=== Information supplied ===
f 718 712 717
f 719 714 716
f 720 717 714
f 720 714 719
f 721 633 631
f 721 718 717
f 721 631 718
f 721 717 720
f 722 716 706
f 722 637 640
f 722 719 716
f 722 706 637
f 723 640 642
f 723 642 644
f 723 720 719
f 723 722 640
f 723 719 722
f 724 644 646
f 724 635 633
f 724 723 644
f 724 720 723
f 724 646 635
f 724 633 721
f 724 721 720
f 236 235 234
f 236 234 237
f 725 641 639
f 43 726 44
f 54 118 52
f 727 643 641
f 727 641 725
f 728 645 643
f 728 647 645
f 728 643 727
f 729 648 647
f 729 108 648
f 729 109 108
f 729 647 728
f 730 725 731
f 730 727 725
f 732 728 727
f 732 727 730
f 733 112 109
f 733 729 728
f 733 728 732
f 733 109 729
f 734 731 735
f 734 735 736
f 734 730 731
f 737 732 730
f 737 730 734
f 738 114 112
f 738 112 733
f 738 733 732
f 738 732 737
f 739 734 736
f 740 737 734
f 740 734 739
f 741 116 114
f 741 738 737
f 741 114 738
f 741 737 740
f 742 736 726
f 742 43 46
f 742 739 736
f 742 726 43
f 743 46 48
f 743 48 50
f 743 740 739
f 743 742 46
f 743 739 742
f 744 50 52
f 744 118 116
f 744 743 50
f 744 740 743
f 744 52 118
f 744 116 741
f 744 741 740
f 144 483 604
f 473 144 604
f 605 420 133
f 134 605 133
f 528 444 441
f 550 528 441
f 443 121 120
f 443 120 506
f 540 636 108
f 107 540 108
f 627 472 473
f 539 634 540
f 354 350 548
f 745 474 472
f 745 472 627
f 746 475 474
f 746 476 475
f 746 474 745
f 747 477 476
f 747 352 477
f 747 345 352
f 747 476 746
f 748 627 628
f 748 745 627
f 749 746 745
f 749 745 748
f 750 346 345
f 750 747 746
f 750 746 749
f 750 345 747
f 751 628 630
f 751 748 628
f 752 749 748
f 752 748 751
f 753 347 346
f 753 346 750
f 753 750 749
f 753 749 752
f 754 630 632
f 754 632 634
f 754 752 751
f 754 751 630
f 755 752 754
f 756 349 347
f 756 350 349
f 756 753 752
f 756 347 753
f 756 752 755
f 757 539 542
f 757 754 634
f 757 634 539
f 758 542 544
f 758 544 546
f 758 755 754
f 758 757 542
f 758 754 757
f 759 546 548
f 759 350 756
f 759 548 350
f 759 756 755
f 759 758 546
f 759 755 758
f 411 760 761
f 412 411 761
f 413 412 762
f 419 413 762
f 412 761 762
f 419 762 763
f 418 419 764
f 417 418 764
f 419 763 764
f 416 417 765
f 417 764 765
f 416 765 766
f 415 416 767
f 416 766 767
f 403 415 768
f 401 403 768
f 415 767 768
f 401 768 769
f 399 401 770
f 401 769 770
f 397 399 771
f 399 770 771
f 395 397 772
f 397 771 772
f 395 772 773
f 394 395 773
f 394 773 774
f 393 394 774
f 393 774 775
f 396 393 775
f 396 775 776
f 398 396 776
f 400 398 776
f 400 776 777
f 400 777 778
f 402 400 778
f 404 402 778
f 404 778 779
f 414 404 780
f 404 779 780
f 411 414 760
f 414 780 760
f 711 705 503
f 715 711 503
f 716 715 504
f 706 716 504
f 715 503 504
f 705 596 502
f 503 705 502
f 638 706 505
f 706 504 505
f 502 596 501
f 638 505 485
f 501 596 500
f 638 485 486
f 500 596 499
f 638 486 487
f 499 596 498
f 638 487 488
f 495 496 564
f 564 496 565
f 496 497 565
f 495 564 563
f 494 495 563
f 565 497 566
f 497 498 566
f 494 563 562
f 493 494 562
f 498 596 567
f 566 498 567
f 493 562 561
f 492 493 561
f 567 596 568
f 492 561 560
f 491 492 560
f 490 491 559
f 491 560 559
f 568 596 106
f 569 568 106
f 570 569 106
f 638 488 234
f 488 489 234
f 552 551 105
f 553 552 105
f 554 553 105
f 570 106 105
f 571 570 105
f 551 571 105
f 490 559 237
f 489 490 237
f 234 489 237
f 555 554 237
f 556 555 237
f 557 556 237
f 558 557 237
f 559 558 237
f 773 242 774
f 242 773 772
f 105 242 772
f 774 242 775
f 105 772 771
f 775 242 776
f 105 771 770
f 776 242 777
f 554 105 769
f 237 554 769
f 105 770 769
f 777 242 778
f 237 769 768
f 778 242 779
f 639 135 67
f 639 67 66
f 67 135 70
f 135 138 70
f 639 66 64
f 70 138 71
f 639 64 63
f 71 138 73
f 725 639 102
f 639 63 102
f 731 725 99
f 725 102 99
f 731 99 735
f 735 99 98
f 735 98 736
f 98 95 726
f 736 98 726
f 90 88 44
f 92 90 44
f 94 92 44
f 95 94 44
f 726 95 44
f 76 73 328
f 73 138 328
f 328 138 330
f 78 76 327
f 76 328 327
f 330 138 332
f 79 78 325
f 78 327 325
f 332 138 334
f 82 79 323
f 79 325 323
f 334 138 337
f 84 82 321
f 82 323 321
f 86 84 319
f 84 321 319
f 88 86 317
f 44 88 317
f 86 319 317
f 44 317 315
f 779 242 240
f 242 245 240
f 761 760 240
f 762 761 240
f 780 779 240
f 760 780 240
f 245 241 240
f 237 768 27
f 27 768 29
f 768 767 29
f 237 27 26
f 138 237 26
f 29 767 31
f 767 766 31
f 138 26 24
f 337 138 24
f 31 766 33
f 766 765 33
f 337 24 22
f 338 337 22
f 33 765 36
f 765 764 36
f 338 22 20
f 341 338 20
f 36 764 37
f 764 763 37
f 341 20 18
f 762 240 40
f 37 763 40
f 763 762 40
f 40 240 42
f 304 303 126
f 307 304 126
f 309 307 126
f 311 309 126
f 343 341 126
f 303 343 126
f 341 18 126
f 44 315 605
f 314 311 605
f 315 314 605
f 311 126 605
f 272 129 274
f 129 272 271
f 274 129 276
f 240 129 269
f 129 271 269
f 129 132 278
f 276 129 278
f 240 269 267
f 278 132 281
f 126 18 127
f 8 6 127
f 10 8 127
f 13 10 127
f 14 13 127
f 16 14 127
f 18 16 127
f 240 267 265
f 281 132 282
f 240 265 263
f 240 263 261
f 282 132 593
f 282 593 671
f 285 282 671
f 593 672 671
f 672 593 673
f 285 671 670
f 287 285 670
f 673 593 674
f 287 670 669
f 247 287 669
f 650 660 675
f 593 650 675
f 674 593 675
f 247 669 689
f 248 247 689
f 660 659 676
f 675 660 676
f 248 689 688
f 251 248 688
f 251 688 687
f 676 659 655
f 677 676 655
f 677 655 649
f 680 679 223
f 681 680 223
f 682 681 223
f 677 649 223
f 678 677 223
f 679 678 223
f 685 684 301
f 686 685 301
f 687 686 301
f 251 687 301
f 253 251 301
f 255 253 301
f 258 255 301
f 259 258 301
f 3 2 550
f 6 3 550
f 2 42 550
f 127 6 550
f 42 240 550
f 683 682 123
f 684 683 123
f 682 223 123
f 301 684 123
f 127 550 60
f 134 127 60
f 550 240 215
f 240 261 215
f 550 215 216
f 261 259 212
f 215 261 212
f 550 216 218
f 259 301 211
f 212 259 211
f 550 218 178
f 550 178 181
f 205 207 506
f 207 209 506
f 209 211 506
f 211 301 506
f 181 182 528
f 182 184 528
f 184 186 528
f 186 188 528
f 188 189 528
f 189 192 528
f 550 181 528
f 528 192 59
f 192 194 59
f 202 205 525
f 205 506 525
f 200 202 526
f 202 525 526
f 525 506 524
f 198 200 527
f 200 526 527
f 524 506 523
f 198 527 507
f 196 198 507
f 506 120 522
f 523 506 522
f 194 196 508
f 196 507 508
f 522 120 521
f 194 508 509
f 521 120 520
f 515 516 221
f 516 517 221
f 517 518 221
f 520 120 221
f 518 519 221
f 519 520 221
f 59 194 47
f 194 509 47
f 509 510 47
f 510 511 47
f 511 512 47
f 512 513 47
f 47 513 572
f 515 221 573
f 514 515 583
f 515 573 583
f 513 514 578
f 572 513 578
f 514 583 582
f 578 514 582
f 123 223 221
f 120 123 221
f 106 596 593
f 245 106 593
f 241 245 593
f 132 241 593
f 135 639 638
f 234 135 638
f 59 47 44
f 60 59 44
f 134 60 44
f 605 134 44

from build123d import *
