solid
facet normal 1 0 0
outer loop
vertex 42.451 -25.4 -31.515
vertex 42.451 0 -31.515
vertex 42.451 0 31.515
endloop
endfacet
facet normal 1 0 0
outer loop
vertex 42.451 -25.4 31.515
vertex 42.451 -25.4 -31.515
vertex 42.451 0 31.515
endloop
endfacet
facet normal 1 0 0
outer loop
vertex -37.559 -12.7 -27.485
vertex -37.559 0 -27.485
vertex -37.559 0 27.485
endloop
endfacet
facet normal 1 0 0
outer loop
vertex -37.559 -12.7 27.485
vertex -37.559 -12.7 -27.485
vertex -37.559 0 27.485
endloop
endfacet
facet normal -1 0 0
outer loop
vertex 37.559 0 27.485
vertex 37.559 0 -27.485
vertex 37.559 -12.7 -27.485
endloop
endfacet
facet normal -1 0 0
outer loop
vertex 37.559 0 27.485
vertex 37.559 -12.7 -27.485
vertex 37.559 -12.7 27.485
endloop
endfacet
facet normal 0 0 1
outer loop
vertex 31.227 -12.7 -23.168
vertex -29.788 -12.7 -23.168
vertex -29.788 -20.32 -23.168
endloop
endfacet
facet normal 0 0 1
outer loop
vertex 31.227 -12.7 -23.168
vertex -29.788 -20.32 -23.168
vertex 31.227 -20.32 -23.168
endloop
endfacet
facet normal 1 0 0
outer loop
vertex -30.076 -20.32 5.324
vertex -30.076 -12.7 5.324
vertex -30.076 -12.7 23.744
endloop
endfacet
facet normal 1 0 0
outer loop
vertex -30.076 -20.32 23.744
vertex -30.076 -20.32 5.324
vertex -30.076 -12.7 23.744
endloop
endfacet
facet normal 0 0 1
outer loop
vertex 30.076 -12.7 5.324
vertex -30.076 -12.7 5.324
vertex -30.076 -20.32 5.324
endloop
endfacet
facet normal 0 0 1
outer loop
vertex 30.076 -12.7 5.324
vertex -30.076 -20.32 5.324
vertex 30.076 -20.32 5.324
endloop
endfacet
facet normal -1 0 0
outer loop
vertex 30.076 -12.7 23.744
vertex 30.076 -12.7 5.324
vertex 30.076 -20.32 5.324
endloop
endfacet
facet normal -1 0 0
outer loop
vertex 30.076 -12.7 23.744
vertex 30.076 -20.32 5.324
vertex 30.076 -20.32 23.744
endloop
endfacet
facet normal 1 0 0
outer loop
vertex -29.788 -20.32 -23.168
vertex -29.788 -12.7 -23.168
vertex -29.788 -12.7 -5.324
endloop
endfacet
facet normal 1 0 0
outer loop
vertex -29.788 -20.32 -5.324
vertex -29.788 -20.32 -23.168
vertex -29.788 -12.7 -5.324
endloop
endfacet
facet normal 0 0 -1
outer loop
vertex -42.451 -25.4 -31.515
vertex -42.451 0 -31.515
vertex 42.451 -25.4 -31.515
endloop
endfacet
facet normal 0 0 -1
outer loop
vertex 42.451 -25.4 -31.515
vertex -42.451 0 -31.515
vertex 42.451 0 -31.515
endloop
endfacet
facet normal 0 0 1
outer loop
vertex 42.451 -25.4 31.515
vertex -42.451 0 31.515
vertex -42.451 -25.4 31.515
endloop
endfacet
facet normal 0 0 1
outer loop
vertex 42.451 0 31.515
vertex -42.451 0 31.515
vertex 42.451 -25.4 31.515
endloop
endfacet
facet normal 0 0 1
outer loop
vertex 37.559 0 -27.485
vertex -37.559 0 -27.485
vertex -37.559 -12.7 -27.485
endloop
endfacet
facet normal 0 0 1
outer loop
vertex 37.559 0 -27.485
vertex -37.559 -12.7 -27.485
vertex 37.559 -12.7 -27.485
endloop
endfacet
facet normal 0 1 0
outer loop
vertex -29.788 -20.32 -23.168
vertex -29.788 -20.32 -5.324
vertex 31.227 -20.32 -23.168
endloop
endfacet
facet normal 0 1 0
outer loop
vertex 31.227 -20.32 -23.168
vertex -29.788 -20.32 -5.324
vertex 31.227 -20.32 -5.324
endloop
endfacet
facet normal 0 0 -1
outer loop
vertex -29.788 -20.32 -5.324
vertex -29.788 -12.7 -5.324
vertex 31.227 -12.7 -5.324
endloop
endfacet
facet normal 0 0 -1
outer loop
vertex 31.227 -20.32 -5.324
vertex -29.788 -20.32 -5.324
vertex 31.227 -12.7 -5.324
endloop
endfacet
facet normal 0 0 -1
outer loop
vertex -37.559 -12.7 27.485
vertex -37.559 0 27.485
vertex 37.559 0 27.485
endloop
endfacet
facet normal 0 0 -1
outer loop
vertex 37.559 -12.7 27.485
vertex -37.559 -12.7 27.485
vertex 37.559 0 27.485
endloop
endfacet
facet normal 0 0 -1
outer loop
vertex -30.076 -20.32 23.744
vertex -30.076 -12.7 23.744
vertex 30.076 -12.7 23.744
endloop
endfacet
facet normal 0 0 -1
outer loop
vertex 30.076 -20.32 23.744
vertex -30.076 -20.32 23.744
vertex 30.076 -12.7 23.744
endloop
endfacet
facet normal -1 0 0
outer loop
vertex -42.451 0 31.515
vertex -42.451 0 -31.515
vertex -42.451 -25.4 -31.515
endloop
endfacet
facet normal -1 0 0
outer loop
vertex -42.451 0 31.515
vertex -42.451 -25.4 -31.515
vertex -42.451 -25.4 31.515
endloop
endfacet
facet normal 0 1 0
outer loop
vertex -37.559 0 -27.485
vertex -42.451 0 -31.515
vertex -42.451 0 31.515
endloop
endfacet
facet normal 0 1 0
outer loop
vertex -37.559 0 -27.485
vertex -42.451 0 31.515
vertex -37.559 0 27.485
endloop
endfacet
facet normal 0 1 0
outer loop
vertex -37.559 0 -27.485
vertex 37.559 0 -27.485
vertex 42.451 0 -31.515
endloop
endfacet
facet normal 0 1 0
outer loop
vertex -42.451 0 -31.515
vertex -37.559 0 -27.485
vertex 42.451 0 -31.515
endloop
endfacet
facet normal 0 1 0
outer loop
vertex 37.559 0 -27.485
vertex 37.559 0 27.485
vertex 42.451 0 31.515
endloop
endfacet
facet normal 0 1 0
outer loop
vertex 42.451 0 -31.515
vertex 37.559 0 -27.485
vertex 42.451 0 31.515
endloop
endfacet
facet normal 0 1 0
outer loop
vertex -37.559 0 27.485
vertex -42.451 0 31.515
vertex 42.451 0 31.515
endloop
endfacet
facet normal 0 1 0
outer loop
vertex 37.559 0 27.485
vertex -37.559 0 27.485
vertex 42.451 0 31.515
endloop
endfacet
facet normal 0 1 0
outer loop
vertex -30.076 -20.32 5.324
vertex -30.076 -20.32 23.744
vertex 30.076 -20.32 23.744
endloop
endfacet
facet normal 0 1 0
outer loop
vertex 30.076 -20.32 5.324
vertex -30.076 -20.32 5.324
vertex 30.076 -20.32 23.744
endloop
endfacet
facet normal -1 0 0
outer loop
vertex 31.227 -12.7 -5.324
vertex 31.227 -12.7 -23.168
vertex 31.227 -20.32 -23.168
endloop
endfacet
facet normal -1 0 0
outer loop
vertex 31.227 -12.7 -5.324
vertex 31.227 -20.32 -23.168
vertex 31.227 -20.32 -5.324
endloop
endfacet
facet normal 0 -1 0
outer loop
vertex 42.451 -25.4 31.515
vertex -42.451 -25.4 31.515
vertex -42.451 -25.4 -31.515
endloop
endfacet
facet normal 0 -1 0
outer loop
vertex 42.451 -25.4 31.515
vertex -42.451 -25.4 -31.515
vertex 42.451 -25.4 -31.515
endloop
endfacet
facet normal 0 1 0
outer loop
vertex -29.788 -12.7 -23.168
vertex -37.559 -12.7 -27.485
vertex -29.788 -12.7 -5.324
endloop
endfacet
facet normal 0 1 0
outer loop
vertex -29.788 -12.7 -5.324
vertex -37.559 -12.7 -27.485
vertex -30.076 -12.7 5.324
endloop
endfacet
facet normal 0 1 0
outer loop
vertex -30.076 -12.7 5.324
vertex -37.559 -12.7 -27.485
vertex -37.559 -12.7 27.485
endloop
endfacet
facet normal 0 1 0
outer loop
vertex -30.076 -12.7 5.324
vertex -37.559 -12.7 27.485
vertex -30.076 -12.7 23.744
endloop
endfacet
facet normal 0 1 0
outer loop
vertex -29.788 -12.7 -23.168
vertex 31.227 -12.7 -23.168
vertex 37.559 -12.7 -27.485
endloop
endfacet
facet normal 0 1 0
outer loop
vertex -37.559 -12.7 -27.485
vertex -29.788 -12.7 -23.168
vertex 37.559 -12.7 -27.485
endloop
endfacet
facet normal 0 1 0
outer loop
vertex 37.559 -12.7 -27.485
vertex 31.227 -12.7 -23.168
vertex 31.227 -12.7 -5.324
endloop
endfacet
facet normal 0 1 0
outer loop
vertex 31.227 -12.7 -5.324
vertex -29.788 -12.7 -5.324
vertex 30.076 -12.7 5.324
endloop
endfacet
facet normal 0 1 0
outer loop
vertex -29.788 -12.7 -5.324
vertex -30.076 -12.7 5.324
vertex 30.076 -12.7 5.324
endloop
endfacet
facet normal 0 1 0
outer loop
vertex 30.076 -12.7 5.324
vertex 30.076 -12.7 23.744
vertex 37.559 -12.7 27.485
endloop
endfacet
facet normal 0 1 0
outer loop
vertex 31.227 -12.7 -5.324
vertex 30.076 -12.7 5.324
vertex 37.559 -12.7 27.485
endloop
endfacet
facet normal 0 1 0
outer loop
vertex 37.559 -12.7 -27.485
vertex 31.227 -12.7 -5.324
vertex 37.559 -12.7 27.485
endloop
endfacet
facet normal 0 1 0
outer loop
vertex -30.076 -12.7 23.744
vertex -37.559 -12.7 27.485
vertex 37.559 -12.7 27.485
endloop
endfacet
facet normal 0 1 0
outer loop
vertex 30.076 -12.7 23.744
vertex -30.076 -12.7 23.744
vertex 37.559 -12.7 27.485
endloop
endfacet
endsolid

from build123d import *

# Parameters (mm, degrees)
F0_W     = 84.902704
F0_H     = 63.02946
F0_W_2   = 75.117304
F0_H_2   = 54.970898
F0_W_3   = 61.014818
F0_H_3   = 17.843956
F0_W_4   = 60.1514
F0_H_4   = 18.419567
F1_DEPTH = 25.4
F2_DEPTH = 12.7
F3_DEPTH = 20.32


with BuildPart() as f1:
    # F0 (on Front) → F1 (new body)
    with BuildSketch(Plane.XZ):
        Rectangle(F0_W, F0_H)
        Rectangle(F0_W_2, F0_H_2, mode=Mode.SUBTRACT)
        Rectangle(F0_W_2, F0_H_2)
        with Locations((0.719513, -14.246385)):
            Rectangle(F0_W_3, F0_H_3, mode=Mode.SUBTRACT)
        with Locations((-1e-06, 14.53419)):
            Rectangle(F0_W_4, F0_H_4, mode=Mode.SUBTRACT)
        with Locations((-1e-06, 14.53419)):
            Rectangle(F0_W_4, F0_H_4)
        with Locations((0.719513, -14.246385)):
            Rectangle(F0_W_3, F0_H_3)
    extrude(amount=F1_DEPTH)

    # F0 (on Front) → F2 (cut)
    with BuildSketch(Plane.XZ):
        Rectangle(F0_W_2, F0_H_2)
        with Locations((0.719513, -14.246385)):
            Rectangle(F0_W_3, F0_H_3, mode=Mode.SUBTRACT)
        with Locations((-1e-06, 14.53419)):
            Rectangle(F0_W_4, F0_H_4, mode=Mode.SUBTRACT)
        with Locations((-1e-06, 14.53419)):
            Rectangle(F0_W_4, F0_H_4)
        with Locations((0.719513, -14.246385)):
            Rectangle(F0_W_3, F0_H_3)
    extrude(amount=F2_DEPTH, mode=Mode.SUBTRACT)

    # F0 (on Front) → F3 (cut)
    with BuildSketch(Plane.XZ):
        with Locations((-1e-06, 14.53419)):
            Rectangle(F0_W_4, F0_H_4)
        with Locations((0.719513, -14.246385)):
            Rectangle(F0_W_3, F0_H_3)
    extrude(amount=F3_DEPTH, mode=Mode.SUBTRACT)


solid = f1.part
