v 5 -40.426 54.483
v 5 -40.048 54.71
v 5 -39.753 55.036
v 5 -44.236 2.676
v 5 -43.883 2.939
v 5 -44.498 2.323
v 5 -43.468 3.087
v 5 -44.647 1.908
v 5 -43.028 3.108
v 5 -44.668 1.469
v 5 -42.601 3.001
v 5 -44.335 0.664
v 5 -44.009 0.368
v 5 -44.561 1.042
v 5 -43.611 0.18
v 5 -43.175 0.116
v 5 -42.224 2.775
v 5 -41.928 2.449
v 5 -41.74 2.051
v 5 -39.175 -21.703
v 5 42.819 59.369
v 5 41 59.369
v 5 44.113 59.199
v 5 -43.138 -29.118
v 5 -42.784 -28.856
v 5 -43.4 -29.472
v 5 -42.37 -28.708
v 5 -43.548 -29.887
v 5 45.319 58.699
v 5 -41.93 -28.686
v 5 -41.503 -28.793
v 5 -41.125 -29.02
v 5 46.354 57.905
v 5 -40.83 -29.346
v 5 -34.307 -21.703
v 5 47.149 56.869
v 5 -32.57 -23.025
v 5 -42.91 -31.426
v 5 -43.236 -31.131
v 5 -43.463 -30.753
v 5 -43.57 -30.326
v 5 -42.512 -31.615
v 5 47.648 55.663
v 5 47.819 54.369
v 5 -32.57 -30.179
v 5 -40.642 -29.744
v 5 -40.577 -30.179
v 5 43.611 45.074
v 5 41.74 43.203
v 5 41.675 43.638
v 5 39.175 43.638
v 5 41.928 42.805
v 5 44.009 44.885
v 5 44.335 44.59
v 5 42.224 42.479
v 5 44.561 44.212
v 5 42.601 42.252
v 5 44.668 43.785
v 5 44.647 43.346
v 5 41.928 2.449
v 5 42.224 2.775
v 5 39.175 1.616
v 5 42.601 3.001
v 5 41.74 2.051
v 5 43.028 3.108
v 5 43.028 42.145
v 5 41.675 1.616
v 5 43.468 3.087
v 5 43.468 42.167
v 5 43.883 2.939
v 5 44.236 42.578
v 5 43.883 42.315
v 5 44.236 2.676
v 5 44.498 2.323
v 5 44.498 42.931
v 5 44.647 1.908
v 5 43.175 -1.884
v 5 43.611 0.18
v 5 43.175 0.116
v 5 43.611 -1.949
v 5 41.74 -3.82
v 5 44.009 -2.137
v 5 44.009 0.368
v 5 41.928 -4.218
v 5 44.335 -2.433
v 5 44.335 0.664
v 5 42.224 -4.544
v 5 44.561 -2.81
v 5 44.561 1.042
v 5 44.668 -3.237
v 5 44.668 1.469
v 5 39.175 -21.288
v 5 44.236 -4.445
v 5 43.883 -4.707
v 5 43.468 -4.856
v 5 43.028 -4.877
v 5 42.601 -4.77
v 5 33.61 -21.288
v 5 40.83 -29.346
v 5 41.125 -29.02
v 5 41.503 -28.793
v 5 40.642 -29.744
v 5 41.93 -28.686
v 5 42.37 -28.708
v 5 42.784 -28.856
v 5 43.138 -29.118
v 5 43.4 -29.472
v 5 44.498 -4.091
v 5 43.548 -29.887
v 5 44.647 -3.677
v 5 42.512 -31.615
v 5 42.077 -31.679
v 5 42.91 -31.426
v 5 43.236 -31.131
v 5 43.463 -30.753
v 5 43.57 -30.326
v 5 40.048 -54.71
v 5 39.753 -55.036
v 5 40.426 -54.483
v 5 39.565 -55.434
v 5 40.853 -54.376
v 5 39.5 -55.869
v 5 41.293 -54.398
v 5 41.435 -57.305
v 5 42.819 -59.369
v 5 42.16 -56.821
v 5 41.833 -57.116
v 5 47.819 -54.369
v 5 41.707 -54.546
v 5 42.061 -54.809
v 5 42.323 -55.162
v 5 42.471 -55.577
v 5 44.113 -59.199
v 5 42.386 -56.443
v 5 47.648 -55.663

=== Task brief ===
In the records above, find the line with "v 5 -42.512 -31.615"; write out exactly that line and each one after it, stopping after the line with "v 5 44.236 2.676".

=== Written solution ===
v 5 -42.512 -31.615
v 5 47.648 55.663
v 5 47.819 54.369
v 5 -32.57 -30.179
v 5 -40.642 -29.744
v 5 -40.577 -30.179
v 5 43.611 45.074
v 5 41.74 43.203
v 5 41.675 43.638
v 5 39.175 43.638
v 5 41.928 42.805
v 5 44.009 44.885
v 5 44.335 44.59
v 5 42.224 42.479
v 5 44.561 44.212
v 5 42.601 42.252
v 5 44.668 43.785
v 5 44.647 43.346
v 5 41.928 2.449
v 5 42.224 2.775
v 5 39.175 1.616
v 5 42.601 3.001
v 5 41.74 2.051
v 5 43.028 3.108
v 5 43.028 42.145
v 5 41.675 1.616
v 5 43.468 3.087
v 5 43.468 42.167
v 5 43.883 2.939
v 5 44.236 42.578
v 5 43.883 42.315
v 5 44.236 2.676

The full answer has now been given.